You don’t need be money twins about financial matters, just hold similar core values. If the relationship with money varies dramatically from your beau’s, you can rest assured conflict will eventually tarnish the bliss.

You may scoff at these overtures; some may appear radical. However, before the rings, discuss the strings. Money strings are the beginning of good or bad threads you’re going to bring to a marriage tapestry.

Here are a few money smart steps to consider:

1). In Lieu of a Wedding Throw a Debt-Relief Gathering – How romantic to slay one of the financial beasts of a successful long-term commitment. Forgo a wedding reception – throw a party for a quarter of the expense. On average U.S. couples spend more than $25,000 on a wedding. If you’re saddled with revolving debt like auto loans and credit cards, then it may be best to use gifts to pay them off or pay down debt dramatically. Throw a nifty party and focus monetary gifts on debt.

Create a written promise to each other that out-of-control debt monsters shall never arise from the dead.

debt monster

2). Create a Personalized Series of Make-or-Break Rules – If you’re serious, well then either the matrimony activities continue, are postponed or cease entirely based on jointly-held money rules.

Be specific when you create them.

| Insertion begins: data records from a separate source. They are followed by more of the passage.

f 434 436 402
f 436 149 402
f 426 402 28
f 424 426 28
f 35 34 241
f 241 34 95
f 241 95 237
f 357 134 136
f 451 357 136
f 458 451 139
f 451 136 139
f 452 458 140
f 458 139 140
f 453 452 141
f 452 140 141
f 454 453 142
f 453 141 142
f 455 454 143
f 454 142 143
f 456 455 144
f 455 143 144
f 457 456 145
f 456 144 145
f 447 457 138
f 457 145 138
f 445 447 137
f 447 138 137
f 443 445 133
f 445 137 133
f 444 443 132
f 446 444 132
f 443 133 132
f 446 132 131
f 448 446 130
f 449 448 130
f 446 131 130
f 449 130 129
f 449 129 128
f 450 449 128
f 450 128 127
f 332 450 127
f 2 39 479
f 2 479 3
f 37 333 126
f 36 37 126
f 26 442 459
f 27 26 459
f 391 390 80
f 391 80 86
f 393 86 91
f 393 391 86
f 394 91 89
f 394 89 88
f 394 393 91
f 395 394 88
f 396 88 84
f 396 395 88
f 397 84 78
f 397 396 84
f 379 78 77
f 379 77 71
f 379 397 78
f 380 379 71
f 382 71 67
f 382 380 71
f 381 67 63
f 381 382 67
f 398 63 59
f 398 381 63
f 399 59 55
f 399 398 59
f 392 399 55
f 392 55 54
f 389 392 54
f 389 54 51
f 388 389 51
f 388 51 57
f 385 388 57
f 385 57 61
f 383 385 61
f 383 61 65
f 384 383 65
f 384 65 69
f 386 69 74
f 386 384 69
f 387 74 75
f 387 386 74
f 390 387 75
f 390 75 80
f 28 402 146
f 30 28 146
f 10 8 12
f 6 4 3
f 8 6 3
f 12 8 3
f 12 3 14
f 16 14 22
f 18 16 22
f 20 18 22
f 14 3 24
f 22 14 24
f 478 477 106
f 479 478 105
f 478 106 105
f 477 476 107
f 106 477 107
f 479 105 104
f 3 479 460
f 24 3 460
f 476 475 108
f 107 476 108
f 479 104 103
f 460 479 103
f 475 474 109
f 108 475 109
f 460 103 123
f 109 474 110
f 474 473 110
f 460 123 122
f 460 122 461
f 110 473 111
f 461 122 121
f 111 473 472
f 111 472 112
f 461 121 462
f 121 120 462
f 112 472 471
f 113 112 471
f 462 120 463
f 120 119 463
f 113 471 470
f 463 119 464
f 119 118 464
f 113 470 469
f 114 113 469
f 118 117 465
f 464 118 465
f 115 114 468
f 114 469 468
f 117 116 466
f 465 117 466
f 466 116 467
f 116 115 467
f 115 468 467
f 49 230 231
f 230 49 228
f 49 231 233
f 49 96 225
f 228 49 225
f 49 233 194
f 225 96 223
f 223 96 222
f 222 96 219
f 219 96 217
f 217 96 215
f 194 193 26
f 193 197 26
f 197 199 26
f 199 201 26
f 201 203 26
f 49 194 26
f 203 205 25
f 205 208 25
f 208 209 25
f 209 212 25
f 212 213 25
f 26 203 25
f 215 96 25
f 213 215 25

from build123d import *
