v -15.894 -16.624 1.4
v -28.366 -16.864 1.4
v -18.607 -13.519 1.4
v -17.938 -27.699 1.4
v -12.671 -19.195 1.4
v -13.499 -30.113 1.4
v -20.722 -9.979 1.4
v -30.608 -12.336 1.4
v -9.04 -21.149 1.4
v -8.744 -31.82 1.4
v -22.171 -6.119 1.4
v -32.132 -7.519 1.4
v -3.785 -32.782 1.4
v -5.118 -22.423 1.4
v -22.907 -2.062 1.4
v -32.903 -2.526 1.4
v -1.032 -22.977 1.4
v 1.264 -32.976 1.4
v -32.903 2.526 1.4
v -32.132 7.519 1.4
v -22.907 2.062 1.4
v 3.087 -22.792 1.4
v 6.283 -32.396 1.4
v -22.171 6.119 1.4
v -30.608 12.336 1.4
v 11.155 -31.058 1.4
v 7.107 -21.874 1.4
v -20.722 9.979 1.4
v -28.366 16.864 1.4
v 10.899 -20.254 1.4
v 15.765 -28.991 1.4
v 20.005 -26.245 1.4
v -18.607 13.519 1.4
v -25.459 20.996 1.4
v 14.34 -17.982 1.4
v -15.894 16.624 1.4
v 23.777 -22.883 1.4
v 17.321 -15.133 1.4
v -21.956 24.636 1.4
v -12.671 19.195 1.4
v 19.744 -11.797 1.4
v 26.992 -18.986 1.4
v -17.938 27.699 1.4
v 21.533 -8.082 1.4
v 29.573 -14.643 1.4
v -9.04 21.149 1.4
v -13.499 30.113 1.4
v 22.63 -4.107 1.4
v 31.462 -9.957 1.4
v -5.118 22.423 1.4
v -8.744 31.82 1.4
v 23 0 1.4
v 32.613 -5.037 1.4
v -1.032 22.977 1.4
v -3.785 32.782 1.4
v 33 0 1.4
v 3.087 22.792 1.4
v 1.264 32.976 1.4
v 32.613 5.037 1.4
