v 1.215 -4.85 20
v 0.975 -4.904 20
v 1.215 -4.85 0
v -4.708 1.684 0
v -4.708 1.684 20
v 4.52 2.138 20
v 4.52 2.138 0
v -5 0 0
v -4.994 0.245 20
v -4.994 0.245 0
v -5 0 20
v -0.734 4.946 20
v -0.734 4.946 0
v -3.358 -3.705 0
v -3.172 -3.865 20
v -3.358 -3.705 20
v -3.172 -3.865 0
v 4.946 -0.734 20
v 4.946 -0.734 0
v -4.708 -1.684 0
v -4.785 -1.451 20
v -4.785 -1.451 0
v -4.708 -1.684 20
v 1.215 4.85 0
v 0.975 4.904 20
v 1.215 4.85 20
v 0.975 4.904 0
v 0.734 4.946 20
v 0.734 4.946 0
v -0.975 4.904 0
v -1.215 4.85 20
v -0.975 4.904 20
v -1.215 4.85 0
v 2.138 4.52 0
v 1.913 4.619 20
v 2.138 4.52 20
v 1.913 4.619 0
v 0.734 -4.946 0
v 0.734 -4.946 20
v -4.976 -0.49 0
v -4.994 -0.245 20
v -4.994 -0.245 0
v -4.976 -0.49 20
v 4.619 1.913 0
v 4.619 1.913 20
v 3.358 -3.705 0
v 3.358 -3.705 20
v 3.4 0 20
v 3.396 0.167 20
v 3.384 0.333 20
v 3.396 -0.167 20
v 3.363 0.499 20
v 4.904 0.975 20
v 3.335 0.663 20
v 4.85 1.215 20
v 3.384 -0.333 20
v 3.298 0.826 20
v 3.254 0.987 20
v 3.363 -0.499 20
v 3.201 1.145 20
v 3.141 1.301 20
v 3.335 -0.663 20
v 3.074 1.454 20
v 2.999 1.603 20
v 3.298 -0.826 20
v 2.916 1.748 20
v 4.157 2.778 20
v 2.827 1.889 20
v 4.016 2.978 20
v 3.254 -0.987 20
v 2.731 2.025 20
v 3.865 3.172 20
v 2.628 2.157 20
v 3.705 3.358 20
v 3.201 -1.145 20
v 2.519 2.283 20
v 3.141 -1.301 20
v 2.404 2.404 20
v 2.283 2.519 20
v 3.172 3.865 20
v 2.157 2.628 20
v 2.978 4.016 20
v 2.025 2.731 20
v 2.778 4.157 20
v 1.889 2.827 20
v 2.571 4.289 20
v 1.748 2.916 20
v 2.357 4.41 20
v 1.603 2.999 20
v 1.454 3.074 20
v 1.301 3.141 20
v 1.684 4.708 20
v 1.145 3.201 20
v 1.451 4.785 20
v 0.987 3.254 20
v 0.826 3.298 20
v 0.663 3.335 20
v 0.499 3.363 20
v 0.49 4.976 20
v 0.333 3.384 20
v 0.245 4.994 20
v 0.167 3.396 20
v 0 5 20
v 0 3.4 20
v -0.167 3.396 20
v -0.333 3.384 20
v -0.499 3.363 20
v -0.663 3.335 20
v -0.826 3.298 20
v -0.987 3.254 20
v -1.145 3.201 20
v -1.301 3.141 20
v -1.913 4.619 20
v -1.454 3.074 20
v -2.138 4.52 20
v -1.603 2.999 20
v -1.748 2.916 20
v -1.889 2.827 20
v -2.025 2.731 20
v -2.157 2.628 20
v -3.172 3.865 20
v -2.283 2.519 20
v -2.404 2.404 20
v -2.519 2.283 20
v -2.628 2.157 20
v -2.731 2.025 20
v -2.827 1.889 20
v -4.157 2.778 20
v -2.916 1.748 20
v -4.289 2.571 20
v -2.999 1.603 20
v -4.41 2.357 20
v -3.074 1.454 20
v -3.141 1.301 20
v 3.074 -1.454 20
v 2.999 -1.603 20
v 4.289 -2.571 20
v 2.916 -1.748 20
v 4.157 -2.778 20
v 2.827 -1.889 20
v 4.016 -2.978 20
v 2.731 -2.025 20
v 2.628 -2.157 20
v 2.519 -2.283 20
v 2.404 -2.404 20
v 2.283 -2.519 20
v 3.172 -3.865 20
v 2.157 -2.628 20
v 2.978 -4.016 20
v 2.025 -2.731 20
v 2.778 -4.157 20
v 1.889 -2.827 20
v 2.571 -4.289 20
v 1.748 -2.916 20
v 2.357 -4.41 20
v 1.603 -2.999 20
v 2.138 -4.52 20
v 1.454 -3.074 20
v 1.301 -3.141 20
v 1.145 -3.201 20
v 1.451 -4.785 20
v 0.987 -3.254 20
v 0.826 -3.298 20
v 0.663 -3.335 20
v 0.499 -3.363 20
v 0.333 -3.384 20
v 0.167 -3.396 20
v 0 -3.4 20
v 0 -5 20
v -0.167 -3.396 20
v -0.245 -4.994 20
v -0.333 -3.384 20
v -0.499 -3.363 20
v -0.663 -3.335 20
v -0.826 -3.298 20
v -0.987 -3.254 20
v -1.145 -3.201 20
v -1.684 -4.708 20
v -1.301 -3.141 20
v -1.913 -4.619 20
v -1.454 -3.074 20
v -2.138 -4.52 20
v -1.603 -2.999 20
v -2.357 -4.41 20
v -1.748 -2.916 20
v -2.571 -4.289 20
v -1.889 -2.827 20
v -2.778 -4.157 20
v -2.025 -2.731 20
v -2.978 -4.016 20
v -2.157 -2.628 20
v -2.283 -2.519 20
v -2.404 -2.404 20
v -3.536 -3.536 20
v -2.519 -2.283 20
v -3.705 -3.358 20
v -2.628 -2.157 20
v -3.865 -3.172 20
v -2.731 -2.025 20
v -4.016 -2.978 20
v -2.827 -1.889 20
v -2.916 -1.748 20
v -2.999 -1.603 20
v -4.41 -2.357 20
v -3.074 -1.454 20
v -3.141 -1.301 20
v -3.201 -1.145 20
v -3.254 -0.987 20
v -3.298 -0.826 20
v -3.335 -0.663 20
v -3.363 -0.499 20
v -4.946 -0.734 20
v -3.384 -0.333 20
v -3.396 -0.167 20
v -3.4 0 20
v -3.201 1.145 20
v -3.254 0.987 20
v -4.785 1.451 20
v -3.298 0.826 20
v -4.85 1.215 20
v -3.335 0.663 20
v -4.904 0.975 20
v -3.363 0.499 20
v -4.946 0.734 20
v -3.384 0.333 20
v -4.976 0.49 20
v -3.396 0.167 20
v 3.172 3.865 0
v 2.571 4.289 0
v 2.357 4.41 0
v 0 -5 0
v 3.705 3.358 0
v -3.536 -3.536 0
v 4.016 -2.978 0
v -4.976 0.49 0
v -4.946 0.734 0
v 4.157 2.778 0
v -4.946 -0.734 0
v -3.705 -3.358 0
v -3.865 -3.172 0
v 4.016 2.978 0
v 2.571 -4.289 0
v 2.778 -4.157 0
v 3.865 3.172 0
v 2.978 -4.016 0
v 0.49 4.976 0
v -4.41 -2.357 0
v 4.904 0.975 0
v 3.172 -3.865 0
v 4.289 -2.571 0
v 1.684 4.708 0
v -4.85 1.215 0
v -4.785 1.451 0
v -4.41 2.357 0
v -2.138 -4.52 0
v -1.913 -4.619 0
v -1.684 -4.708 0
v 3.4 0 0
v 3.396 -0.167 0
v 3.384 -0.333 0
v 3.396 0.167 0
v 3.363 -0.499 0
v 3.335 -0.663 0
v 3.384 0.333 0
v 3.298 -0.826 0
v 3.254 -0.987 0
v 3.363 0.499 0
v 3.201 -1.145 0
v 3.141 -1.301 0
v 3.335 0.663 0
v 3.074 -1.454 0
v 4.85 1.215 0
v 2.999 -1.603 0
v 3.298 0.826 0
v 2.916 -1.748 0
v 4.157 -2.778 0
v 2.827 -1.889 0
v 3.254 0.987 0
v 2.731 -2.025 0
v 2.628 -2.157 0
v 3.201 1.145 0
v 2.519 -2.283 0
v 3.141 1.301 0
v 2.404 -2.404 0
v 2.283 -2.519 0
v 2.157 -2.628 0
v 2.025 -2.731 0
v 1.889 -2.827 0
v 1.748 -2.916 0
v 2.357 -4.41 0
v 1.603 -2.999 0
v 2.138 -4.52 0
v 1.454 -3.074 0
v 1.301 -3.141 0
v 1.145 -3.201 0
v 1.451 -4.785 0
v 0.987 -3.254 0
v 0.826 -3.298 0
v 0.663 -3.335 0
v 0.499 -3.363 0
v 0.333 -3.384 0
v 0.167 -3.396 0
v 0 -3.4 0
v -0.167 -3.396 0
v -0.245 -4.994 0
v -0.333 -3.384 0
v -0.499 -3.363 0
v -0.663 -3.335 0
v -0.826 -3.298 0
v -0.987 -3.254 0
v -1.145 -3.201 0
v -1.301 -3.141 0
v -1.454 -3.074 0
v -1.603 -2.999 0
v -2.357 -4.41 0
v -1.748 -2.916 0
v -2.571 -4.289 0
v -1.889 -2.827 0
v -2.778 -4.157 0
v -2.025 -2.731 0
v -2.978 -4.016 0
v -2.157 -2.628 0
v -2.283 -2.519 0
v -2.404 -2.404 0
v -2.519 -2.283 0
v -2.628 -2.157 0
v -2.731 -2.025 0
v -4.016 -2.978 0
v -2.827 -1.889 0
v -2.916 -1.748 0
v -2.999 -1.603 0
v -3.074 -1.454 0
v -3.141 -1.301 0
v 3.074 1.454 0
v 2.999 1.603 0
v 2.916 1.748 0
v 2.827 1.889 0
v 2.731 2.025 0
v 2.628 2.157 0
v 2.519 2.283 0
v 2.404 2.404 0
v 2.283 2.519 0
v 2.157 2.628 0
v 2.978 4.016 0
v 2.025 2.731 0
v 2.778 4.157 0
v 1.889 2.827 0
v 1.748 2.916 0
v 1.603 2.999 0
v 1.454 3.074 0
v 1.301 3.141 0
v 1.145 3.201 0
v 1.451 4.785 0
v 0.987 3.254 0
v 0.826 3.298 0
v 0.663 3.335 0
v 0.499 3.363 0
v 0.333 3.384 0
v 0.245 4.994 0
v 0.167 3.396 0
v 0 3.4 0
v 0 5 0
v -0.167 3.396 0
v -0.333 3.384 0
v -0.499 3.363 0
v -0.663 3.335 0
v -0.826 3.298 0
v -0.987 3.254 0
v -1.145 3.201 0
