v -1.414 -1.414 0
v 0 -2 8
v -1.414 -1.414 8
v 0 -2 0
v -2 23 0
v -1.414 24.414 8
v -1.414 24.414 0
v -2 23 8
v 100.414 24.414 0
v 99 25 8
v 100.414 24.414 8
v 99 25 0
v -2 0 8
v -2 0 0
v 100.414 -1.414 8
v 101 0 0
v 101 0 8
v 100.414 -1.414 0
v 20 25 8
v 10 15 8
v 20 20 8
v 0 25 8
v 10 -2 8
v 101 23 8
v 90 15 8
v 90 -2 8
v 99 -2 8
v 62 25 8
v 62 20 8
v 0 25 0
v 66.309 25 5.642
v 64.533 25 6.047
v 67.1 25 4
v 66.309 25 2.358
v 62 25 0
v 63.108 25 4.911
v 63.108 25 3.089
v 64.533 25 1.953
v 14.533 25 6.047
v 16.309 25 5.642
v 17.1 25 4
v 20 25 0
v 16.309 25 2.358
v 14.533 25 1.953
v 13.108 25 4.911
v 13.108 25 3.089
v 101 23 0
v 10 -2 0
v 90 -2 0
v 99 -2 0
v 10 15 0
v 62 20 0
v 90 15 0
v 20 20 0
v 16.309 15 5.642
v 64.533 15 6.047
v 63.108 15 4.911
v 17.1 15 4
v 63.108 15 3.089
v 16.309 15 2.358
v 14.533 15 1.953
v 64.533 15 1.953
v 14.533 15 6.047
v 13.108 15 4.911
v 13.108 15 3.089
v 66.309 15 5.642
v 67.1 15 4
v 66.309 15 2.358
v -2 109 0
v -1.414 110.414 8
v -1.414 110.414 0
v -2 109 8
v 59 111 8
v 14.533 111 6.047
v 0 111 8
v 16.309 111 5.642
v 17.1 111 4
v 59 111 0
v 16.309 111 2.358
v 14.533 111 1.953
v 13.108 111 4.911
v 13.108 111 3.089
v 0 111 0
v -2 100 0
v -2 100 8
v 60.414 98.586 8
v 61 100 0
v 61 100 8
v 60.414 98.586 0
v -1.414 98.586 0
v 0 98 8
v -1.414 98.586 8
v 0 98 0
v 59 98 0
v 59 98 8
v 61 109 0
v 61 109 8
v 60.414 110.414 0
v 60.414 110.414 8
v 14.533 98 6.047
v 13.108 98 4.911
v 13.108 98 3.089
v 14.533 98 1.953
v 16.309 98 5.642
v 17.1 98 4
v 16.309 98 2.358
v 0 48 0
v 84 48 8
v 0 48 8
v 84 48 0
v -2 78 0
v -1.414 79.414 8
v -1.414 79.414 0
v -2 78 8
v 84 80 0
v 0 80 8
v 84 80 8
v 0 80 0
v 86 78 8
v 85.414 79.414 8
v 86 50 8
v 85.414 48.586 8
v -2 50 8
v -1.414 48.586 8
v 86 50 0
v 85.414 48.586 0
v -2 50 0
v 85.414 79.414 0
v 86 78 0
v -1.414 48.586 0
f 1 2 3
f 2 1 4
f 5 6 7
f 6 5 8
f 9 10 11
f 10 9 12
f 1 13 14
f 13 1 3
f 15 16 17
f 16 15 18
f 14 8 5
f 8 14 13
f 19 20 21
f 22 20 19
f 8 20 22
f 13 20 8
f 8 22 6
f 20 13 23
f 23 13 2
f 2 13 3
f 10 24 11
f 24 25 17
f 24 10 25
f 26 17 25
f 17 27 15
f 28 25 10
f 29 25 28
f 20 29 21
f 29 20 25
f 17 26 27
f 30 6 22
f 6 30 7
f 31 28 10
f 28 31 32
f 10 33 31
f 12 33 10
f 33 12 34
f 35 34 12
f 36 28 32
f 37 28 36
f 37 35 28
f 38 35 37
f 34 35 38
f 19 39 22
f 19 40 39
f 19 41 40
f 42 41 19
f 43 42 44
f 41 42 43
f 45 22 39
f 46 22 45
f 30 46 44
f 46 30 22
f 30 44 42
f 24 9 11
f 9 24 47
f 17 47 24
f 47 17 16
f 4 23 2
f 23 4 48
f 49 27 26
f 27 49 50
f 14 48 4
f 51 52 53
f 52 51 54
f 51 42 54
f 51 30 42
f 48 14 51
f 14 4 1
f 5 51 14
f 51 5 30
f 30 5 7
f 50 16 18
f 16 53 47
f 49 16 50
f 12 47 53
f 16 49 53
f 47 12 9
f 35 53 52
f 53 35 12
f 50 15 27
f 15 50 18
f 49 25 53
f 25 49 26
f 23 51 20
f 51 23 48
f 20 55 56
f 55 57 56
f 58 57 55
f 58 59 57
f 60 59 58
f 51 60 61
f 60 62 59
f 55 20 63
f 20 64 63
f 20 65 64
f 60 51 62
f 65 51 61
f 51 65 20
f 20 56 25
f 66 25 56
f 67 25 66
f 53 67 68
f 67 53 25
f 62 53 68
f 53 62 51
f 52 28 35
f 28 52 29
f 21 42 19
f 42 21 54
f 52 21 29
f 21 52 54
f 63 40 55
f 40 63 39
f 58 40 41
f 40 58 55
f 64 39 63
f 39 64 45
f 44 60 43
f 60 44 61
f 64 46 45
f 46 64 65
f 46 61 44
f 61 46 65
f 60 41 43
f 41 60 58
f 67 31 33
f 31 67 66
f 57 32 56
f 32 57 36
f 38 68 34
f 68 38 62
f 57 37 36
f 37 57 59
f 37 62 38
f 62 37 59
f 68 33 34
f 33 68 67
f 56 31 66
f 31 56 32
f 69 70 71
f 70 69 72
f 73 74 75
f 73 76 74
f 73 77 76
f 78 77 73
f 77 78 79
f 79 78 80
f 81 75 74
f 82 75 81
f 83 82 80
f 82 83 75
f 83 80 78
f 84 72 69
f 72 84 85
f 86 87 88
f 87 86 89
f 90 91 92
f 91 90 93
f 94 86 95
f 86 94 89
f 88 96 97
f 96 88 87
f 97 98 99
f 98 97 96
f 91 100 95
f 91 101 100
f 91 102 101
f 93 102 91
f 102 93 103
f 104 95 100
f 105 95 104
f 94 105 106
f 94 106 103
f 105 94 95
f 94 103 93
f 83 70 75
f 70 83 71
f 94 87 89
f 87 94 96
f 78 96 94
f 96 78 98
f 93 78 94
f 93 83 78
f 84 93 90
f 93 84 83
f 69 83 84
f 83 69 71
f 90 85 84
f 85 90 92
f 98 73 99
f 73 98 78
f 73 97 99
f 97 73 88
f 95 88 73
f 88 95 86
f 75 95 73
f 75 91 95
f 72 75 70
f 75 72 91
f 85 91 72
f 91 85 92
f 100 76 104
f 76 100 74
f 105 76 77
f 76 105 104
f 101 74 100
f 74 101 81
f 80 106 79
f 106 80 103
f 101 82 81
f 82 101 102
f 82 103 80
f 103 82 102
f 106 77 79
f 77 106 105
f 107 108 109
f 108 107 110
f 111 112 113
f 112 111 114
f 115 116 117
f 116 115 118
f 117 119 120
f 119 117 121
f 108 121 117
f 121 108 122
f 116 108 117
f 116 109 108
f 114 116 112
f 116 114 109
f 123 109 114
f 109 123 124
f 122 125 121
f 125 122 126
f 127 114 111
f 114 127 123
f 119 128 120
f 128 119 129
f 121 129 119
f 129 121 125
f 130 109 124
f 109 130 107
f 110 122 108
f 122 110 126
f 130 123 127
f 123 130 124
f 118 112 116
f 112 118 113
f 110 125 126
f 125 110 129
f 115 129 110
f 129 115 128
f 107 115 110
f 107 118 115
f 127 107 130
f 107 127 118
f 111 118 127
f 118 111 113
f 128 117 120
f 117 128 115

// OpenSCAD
// Smartrap 
// author : serge vieillescaze - smartfriendz
// version 0.4.6 - 12/08/2013

//variabless
base_z = 7;
radius_rods = 4;
radius_M4 = 2.1;
radius_bearing_holder = 7.5;
radius_filament = 0.875;
nema = 17;
linear_system = "fishing_line";


// ---------  MAIN ----------
all();

// draw all
module all()
base_y();
translate([0,50,0])
base_center();
translate([0,100,0])
base_back();

// parts
module base_y()
	difference(){		
		miniround([100,24,base_z],2);
	translate([10,-10,-1]) 
		cube([80,25,10]); 
	translate([20,20,-1]) 
		cube([42,10,10]);
	translate([15,28,4]) rotate([90,0,0])
		cylinder(h=20,r=radius_M4);
	translate([65,28,4]) rotate([90,0,0])
		cylinder(h=20,r=radius_M4);
	}
		
module base_center()
	difference(){
		miniround([85,29,base_z],2);
	}

module base_back()
	difference(){
		miniround([60,10,base_z],2);
	translate([15,12,4]) rotate([90,0,0])
		cylinder(h=20,r=radius_M4);
	}

module plate_base()
	difference(){
		miniround([100,60,base_z],2);
	translate([10,-10,-1]) 
		cube([80,25,10]); 
	translate([15,28,4]) rotate([90,0,0])
		cylinder(h=20,r=2.1);
	}

module plate_x()
	difference(){
		miniround([100,60,base_z],2);
	translate([10,-10,-1]) 
		cube([80,25,10]); 
	translate([15,28,4]) rotate([90,0,0])
		cylinder(h=20,r=2.1);
	}

module plate_y()
	difference(){
		miniround([100,60,base_z],2);
	translate([10,-10,-1]) 
		cube([80,25,10]); 
	translate([15,28,4]) rotate([90,0,0])
		cylinder(h=20,r=2.1);
	}

module xend_jhead()
	difference(){
		miniround([100,60,base_z],2);
	translate([10,-10,-1]) 
		cube([80,25,10]); 
	translate([15,28,4]) rotate([90,0,0])
		cylinder(h=20,r=2.1);
	}

module xend_back()
	difference(){
		miniround([100,60,base_z],2);
	translate([10,-10,-1]) 
		cube([80,25,10]); 
	translate([15,28,4]) rotate([90,0,0])
		cylinder(h=20,r=2.1);
	}

module yend_front()
	difference(){
		miniround([100,60,base_z],2);
	translate([10,-10,-1]) 
		cube([80,25,10]); 
	translate([15,28,4]) rotate([90,0,0])
		cylinder(h=20,r=2.1);
	}

module yend_back()
	difference(){
		miniround([100,60,base_z],2);
	translate([10,-10,-1]) 
		cube([80,25,10]); 
	translate([15,28,4]) rotate([90,0,0])
		cylinder(h=20,r=2.1);
	}

module bearingsholder_x()
	difference(){
		miniround([100,60,base_z],2);
	translate([10,-10,-1]) 
		cube([80,25,10]); 
	translate([15,28,4]) rotate([90,0,0])
		cylinder(h=20,r=2.1);
	}

module bearingsholder_base_front()
	difference(){
		miniround([100,60,base_z],2);
	translate([10,-10,-1]) 
		cube([80,25,10]); 
	translate([15,28,4]) rotate([90,0,0])
		cylinder(h=20,r=2.1);
	}

module bearingsholder_base_back()
	difference(){
		miniround([100,60,base_z],2);
	translate([10,-10,-1]) 
		cube([80,25,10]); 
	translate([15,28,4]) rotate([90,0,0])
		cylinder(h=20,r=2.1);
	}

module fishingline_tensioner()
	difference(){
		miniround([100,60,base_z],2);
	translate([10,-10,-1]) 
		cube([80,25,10]); 
	translate([15,28,4]) rotate([90,0,0])
		cylinder(h=20,r=2.1);
	}




// lib -----------------------------

module miniround(size, radius)
{
$fn=8;
x = size[0]-radius/2;
y = size[1]-radius/2;

minkowski()
{
cube(size=[x,y,size[2]]);
cylinder(r=radius);
// Using a sphere is possible, but will kill performance
//sphere(r=radius);
}
}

Here are examples:

If our individual credit scores are less than 700 (based on Fair Isaacs) then marriage needs to be postponed until scores are at least at or above the national average of 723. Marginal credit scores can mean more interest paid on loans including mortgage alternatives. Examine and follow steps to increase your scores on www.myfico.com and re-visit this commitment in six months.

I shall provide proof of my good money habits before the marriage commitment is made. Get ready for money vulnerability – break out your budget history, open the Quicken, outwardly show that you’re taking health care insurance and disability coverage at work. Divulge your liabilities (of the financial kind). Too much debt, lack of insurance and absence of discipline may encourage you to reconsider a marriage at this time.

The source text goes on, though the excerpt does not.